Stored data
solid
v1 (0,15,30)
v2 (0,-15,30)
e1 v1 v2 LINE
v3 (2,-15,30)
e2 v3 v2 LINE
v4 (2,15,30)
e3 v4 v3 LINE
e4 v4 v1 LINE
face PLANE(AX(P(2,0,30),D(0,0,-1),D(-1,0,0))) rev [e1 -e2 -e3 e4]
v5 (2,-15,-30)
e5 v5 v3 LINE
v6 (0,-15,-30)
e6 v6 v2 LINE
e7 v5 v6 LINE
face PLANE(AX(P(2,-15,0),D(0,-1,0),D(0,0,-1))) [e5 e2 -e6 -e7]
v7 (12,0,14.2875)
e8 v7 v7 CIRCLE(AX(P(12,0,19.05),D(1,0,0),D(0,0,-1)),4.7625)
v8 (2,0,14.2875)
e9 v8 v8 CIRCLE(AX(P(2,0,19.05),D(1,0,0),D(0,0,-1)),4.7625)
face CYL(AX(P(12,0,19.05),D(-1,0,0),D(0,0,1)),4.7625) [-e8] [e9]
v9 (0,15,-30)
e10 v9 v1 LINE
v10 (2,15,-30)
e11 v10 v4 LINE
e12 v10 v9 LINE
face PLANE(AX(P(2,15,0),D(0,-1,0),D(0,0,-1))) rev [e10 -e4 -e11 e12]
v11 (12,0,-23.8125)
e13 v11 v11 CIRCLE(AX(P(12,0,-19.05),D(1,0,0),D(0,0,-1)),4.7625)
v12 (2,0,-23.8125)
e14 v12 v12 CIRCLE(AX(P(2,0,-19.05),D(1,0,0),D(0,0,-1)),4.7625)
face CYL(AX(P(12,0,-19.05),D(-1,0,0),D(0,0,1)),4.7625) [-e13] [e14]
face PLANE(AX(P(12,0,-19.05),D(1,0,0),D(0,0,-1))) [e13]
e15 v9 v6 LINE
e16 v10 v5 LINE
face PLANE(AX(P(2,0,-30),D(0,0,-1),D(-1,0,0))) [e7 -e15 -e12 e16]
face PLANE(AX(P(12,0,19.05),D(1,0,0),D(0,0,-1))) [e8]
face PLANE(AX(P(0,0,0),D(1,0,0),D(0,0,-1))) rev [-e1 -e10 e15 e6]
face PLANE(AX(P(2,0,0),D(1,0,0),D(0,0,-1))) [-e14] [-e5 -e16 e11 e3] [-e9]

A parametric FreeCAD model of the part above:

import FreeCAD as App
import Part
import Sketcher

V = App.Vector
Q = App.Units.Quantity

doc = App.newDocument("Part")
body = doc.addObject("PartDesign::Body", "Body")

sketch1 = body.newObject("Sketcher::SketchObject", "Sketch")
sketch1.AttachmentSupport = (doc.getObject("YZ_Plane"), [""])
sketch1.MapMode = "FlatFace"
sketch1.addGeometry([
    Part.LineSegment(V(15, 30, 0), V(-15, 30, 0)),
    Part.LineSegment(V(-15, 30, 0), V(-15, -30, 0)),
    Part.LineSegment(V(-15, -30, 0), V(15, -30, 0)),
    Part.LineSegment(V(15, -30, 0), V(15, 30, 0)),
], False)
sketch1.addConstraint([
    Sketcher.Constraint("Coincident", 0, 2, 1, 1),
    Sketcher.Constraint("Coincident", 1, 2, 2, 1),
    Sketcher.Constraint("Coincident", 2, 2, 3, 1),
    Sketcher.Constraint("Coincident", 3, 2, 0, 1),
    Sketcher.Constraint("Horizontal", 0),
    Sketcher.Constraint("Vertical", 1),
    Sketcher.Constraint("Horizontal", 2),
    Sketcher.Constraint("Vertical", 3),
    Sketcher.Constraint("Symmetric", 0, 2, 2, 2, -1, 1),
    Sketcher.Constraint("DistanceX", 0, 2, 0, 1, Q("30 mm")),
    Sketcher.Constraint("DistanceY", 1, 2, 1, 1, Q("60 mm")),
])
pad1 = body.newObject("PartDesign::Pad", "Pad")
pad1.Profile = sketch1
pad1.Length = 2

sketch2 = body.newObject("Sketcher::SketchObject", "Sketch001")
sketch2.AttachmentSupport = (doc.getObject("YZ_Plane"), [""])
sketch2.MapMode = "FlatFace"
sketch2.AttachmentOffset = App.Placement(V(0, 0, 2), App.Rotation())
sketch2.addGeometry([
    Part.Circle(V(0, 19.1, 0), V(0, 0, 1), 4.8),
    Part.Circle(V(0, -19.1, 0), V(0, 0, 1), 4.8),
], False)
sketch2.addConstraint([
    Sketcher.Constraint("Equal", 0, 1),
    Sketcher.Constraint("Symmetric", 0, 3, 1, 3, -1, 1),
    Sketcher.Constraint("PointOnObject", 0, 3, -2),
    Sketcher.Constraint("Diameter", 0, Q("9.525 mm")),
    Sketcher.Constraint("DistanceY", 1, 3, 0, 3, Q("38.1 mm")),
])
pad2 = body.newObject("PartDesign::Pad", "Pad001")
pad2.Profile = sketch2
pad2.Length = 10

doc.recompute()
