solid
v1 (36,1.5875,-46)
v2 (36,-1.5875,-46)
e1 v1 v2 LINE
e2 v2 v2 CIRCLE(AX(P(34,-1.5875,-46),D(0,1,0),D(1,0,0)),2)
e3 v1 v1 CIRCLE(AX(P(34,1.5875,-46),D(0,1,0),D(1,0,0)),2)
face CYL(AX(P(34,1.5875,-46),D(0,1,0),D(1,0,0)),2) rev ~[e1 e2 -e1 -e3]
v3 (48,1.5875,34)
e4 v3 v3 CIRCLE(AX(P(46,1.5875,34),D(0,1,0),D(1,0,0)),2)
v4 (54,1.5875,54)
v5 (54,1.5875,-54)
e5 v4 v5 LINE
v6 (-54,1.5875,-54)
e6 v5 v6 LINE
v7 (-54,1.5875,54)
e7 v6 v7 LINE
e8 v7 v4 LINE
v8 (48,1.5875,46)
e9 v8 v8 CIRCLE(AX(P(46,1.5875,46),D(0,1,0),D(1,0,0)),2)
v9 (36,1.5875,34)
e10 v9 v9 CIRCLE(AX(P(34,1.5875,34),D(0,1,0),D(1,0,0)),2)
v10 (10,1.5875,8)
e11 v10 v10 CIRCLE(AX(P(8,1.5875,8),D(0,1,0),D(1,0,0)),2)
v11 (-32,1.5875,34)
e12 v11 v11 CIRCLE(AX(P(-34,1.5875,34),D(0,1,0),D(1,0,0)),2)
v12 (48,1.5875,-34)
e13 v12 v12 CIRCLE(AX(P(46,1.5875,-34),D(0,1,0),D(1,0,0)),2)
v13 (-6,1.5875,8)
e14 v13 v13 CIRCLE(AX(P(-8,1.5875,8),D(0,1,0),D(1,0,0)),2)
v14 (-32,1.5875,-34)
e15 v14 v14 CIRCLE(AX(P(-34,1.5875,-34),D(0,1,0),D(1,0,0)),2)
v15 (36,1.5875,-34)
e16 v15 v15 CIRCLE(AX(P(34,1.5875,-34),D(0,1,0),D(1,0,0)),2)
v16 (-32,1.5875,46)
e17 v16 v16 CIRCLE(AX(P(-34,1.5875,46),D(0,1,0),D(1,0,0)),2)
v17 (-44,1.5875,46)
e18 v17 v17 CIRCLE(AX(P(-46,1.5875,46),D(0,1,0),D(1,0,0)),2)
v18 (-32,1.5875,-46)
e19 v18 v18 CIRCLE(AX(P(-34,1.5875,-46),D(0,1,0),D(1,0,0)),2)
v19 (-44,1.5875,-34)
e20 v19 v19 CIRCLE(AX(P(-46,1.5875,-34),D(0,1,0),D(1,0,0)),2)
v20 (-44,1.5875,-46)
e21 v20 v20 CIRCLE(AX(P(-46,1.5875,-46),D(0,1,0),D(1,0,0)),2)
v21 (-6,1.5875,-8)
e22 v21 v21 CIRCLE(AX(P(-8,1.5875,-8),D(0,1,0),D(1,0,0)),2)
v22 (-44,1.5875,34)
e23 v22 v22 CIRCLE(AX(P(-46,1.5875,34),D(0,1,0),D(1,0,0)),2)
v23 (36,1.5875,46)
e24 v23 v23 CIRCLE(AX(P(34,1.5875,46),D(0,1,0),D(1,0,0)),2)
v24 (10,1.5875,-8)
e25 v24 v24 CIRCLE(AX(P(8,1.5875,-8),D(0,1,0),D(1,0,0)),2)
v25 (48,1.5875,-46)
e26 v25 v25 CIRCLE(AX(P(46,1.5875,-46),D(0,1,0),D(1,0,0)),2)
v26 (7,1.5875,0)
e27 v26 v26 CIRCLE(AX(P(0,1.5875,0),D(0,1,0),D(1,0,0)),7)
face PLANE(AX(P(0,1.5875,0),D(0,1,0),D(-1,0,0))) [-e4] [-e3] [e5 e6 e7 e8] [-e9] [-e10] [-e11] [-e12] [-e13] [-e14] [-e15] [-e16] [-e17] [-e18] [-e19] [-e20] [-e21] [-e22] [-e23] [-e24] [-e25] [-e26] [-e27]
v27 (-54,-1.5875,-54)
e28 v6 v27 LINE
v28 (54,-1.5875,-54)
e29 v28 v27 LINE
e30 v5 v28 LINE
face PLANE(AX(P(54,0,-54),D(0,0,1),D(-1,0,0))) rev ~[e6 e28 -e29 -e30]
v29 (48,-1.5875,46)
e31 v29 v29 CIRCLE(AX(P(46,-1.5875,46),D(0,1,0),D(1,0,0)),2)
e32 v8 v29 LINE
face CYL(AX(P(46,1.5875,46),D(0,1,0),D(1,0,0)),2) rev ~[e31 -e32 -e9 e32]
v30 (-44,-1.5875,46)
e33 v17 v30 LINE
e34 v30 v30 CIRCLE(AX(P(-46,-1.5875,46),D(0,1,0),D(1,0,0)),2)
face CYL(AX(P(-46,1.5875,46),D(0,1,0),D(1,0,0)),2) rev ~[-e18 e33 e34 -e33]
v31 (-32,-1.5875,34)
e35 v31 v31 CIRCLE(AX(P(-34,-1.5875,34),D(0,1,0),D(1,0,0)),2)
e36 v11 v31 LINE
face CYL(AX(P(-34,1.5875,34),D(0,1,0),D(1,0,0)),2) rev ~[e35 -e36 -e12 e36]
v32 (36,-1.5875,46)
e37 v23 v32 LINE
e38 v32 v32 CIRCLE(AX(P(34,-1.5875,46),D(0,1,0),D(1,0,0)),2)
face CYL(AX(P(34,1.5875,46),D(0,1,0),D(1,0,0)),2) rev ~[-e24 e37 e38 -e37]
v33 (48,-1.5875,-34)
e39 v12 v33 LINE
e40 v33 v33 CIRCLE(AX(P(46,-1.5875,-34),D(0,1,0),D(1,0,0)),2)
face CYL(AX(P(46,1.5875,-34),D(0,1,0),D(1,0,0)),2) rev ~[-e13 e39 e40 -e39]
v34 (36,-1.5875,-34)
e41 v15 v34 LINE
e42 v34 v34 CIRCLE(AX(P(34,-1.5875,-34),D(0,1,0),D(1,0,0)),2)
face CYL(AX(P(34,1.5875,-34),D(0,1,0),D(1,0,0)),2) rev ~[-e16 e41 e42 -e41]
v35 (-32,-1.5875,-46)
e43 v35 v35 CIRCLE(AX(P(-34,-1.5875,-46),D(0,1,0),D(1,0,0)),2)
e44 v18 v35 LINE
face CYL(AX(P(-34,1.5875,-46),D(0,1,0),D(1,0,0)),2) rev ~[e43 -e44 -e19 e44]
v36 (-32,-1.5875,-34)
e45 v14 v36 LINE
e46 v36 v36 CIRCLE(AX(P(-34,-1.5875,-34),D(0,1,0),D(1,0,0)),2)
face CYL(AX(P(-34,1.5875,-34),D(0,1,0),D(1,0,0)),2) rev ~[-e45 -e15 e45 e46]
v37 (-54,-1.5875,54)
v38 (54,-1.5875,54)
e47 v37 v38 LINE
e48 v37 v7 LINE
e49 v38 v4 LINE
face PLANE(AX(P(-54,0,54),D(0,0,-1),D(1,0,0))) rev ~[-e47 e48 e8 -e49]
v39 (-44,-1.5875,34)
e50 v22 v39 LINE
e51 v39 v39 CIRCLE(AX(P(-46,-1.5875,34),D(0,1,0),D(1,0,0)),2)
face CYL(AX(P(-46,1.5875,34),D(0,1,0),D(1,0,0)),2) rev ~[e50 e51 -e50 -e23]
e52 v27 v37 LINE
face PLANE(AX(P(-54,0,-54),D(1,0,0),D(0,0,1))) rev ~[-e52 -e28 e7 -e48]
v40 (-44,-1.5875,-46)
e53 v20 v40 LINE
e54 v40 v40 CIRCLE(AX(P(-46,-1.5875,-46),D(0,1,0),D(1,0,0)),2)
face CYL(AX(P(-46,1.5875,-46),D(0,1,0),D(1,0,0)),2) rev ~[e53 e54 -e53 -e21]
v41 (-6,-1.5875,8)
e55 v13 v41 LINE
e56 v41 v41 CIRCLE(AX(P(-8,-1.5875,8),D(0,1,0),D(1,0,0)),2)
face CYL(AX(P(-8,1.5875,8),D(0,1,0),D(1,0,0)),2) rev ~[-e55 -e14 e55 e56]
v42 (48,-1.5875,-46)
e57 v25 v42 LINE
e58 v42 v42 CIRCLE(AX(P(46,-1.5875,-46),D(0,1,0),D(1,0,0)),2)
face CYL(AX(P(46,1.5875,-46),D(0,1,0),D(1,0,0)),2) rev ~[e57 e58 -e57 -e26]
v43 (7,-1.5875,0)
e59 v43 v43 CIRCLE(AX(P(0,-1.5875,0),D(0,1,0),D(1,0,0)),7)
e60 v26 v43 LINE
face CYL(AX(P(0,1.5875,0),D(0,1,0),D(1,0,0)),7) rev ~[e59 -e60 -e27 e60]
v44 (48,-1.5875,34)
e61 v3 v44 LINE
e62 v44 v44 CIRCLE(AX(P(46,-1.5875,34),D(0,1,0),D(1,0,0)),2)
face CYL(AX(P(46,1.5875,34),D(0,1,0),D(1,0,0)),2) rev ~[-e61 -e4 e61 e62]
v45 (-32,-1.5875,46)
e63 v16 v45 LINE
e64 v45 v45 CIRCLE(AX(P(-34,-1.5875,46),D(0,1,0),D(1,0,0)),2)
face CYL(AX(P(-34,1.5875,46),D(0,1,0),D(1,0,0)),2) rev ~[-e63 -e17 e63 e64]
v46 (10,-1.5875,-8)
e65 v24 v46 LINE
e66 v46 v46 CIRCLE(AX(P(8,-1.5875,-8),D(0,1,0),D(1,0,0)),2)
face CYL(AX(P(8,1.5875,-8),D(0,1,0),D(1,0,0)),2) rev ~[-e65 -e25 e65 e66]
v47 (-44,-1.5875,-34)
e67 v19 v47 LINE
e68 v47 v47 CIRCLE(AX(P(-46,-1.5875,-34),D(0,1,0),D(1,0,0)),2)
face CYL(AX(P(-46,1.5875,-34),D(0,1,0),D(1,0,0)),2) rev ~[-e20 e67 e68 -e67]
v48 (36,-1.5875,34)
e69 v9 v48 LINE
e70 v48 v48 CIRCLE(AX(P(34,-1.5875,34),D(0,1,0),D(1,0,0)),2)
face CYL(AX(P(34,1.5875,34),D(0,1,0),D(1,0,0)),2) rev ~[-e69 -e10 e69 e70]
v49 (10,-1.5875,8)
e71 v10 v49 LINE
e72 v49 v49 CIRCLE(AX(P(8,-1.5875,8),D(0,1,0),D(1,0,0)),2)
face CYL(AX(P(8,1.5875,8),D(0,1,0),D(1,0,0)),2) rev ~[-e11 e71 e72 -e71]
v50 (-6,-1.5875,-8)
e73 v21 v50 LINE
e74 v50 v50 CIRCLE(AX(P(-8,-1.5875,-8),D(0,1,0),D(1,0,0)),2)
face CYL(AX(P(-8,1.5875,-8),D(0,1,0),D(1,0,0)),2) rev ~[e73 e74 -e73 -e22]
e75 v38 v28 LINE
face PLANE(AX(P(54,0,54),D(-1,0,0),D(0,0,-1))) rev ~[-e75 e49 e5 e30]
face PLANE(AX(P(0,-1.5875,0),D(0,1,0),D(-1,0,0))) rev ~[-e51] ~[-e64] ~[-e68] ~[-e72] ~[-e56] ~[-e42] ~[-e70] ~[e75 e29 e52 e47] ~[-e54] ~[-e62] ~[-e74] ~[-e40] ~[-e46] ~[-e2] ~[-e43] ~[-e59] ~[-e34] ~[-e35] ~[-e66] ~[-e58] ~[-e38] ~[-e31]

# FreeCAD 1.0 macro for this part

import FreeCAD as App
import Part
import Sketcher
from FreeCAD import Vector


def add_polygon(sketch, points):
    """Adds a closed chain of lines whose ends are joined by coincident constraints."""
    first, n = sketch.GeometryCount, len(points)
    for a, b in zip(points, points[1:] + points[:1]):
        sketch.addGeometry(Part.LineSegment(App.Vector(*a, 0), App.Vector(*b, 0)), False)
    for i in range(n):
        sketch.addConstraint(Sketcher.Constraint("Coincident", first + i, 2, first + (i + 1) % n, 1))

doc = App.newDocument("Part")
body = doc.addObject("PartDesign::Body", "Body")

sketch1 = body.newObject("Sketcher::SketchObject", "Sketch")
sketch1.AttachmentSupport = (doc.getObject("XZ_Plane"), [""])
sketch1.MapMode = "FlatFace"
add_polygon(sketch1, [(-54, -54), (-54, 54), (54, 54), (54, -54)])
sketch1.addConstraint([
    Sketcher.Constraint("Vertical", 0),
    Sketcher.Constraint("Horizontal", 1),
    Sketcher.Constraint("Vertical", 2),
    Sketcher.Constraint("Horizontal", 3),
    Sketcher.Constraint("Symmetric", 0, 2, 2, 2, -1, 1),
    Sketcher.Constraint("Equal", 3, 0),
    Sketcher.Constraint("DistanceX", 1, 1, 1, 2, 108.0),
])
pad1 = body.newObject("PartDesign::Pad", "Pad")
pad1.Profile = sketch1
pad1.Length = 3.175
pad1.Midplane = True

sketch2 = body.newObject("Sketcher::SketchObject", "Sketch001")
sketch2.AttachmentSupport = (doc.getObject("XZ_Plane"), [""])
sketch2.MapMode = "FlatFace"
sketch2.AttachmentOffset = App.Placement(Vector(0, 0, -1.5875), App.Rotation())
sketch2.addGeometry([
    Part.Circle(Vector(-46, 46, 0), Vector(0, 0, 1), 2),
    Part.Circle(Vector(-34, 46, 0), Vector(0, 0, 1), 2),
    Part.Circle(Vector(-34, 34, 0), Vector(0, 0, 1), 2),
    Part.Circle(Vector(-46, 34, 0), Vector(0, 0, 1), 2),
    Part.Circle(Vector(34, 46, 0), Vector(0, 0, 1), 2),
    Part.Circle(Vector(34, 34, 0), Vector(0, 0, 1), 2),
    Part.Circle(Vector(46, 34, 0), Vector(0, 0, 1), 2),
    Part.Circle(Vector(46, 46, 0), Vector(0, 0, 1), 2),
    Part.Circle(Vector(46, -34, 0), Vector(0, 0, 1), 2),
    Part.Circle(Vector(34, -34, 0), Vector(0, 0, 1), 2),
    Part.Circle(Vector(34, -46, 0), Vector(0, 0, 1), 2),
    Part.Circle(Vector(46, -46, 0), Vector(0, 0, 1), 2),
    Part.Circle(Vector(-34, -46, 0), Vector(0, 0, 1), 2),
    Part.Circle(Vector(-34, -34, 0), Vector(0, 0, 1), 2),
    Part.Circle(Vector(-46, -34, 0), Vector(0, 0, 1), 2),
    Part.Circle(Vector(-46, -46, 0), Vector(0, 0, 1), 2),
], False)
sketch2.addConstraint([
    Sketcher.Constraint("Equal", 0, 1),
    Sketcher.Constraint("Equal", 1, 2),
    Sketcher.Constraint("Equal", 2, 3),
    Sketcher.Constraint("Equal", 3, 4),
    Sketcher.Constraint("Equal", 4, 5),
    Sketcher.Constraint("Equal", 5, 6),
    Sketcher.Constraint("Equal", 6, 7),
    Sketcher.Constraint("Equal", 7, 8),
    Sketcher.Constraint("Equal", 8, 9),
    Sketcher.Constraint("Equal", 9, 10),
    Sketcher.Constraint("Equal", 10, 11),
    Sketcher.Constraint("Equal", 11, 12),
    Sketcher.Constraint("Equal", 12, 13),
    Sketcher.Constraint("Equal", 13, 14),
    Sketcher.Constraint("Equal", 14, 15),
    Sketcher.Constraint("Symmetric", 3, 3, 8, 3, -1, 1),
    Sketcher.Constraint("Symmetric", 2, 3, 9, 3, -1, 1),
    Sketcher.Constraint("Symmetric", 1, 3, 10, 3, -1, 1),
    Sketcher.Constraint("Symmetric", 0, 3, 11, 3, -1, 1),
    Sketcher.Constraint("Symmetric", 4, 3, 12, 3, -1, 1),
    Sketcher.Constraint("Symmetric", 5, 3, 13, 3, -1, 1),
    Sketcher.Constraint("Symmetric", 6, 3, 14, 3, -1, 1),
    Sketcher.Constraint("Symmetric", 7, 3, 15, 3, -1, 1),
    Sketcher.Constraint("Symmetric", 1, 3, 4, 3, -2),
    Sketcher.Constraint("Symmetric", 2, 3, 5, 3, -2),
    Sketcher.Constraint("Symmetric", 3, 3, 6, 3, -2),
    Sketcher.Constraint("Symmetric", 0, 3, 7, 3, -2),
    Sketcher.Constraint("Horizontal", 0, 3, 1, 3),
    Sketcher.Constraint("Horizontal", 2, 3, 3, 3),
    Sketcher.Constraint("Vertical", 1, 3, 2, 3),
    Sketcher.Constraint("Vertical", 0, 3, 3, 3),
    Sketcher.Constraint("Diameter", 0, 4.0),
    Sketcher.Constraint("DistanceX", 0, 3, -1, 1, 46.0),
    Sketcher.Constraint("DistanceY", -1, 1, 0, 3, 46.0),
    Sketcher.Constraint("DistanceX", 1, 3, -1, 1, 34.0),
    Sketcher.Constraint("DistanceY", -1, 1, 2, 3, 34.0),
])
pocket1 = body.newObject("PartDesign::Pocket", "Pocket")
pocket1.Profile = sketch2
pocket1.Type = "ThroughAll"
pocket1.Reversed = True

» WORK REQUIRED:
The required answer is the run of lines above, starting at the line with "e29 v28 v27 LINE" and ending at the line with "e41 v15 v34 LINE", reproduced exactly with both ends.

» OUTPUT OF THE TASK:
e29 v28 v27 LINE
e30 v5 v28 LINE
face PLANE(AX(P(54,0,-54),D(0,0,1),D(-1,0,0))) rev ~[e6 e28 -e29 -e30]
v29 (48,-1.5875,46)
e31 v29 v29 CIRCLE(AX(P(46,-1.5875,46),D(0,1,0),D(1,0,0)),2)
e32 v8 v29 LINE
face CYL(AX(P(46,1.5875,46),D(0,1,0),D(1,0,0)),2) rev ~[e31 -e32 -e9 e32]
v30 (-44,-1.5875,46)
e33 v17 v30 LINE
e34 v30 v30 CIRCLE(AX(P(-46,-1.5875,46),D(0,1,0),D(1,0,0)),2)
face CYL(AX(P(-46,1.5875,46),D(0,1,0),D(1,0,0)),2) rev ~[-e18 e33 e34 -e33]
v31 (-32,-1.5875,34)
e35 v31 v31 CIRCLE(AX(P(-34,-1.5875,34),D(0,1,0),D(1,0,0)),2)
e36 v11 v31 LINE
face CYL(AX(P(-34,1.5875,34),D(0,1,0),D(1,0,0)),2) rev ~[e35 -e36 -e12 e36]
v32 (36,-1.5875,46)
e37 v23 v32 LINE
e38 v32 v32 CIRCLE(AX(P(34,-1.5875,46),D(0,1,0),D(1,0,0)),2)
face CYL(AX(P(34,1.5875,46),D(0,1,0),D(1,0,0)),2) rev ~[-e24 e37 e38 -e37]
v33 (48,-1.5875,-34)
e39 v12 v33 LINE
e40 v33 v33 CIRCLE(AX(P(46,-1.5875,-34),D(0,1,0),D(1,0,0)),2)
face CYL(AX(P(46,1.5875,-34),D(0,1,0),D(1,0,0)),2) rev ~[-e13 e39 e40 -e39]
v34 (36,-1.5875,-34)
e41 v15 v34 LINE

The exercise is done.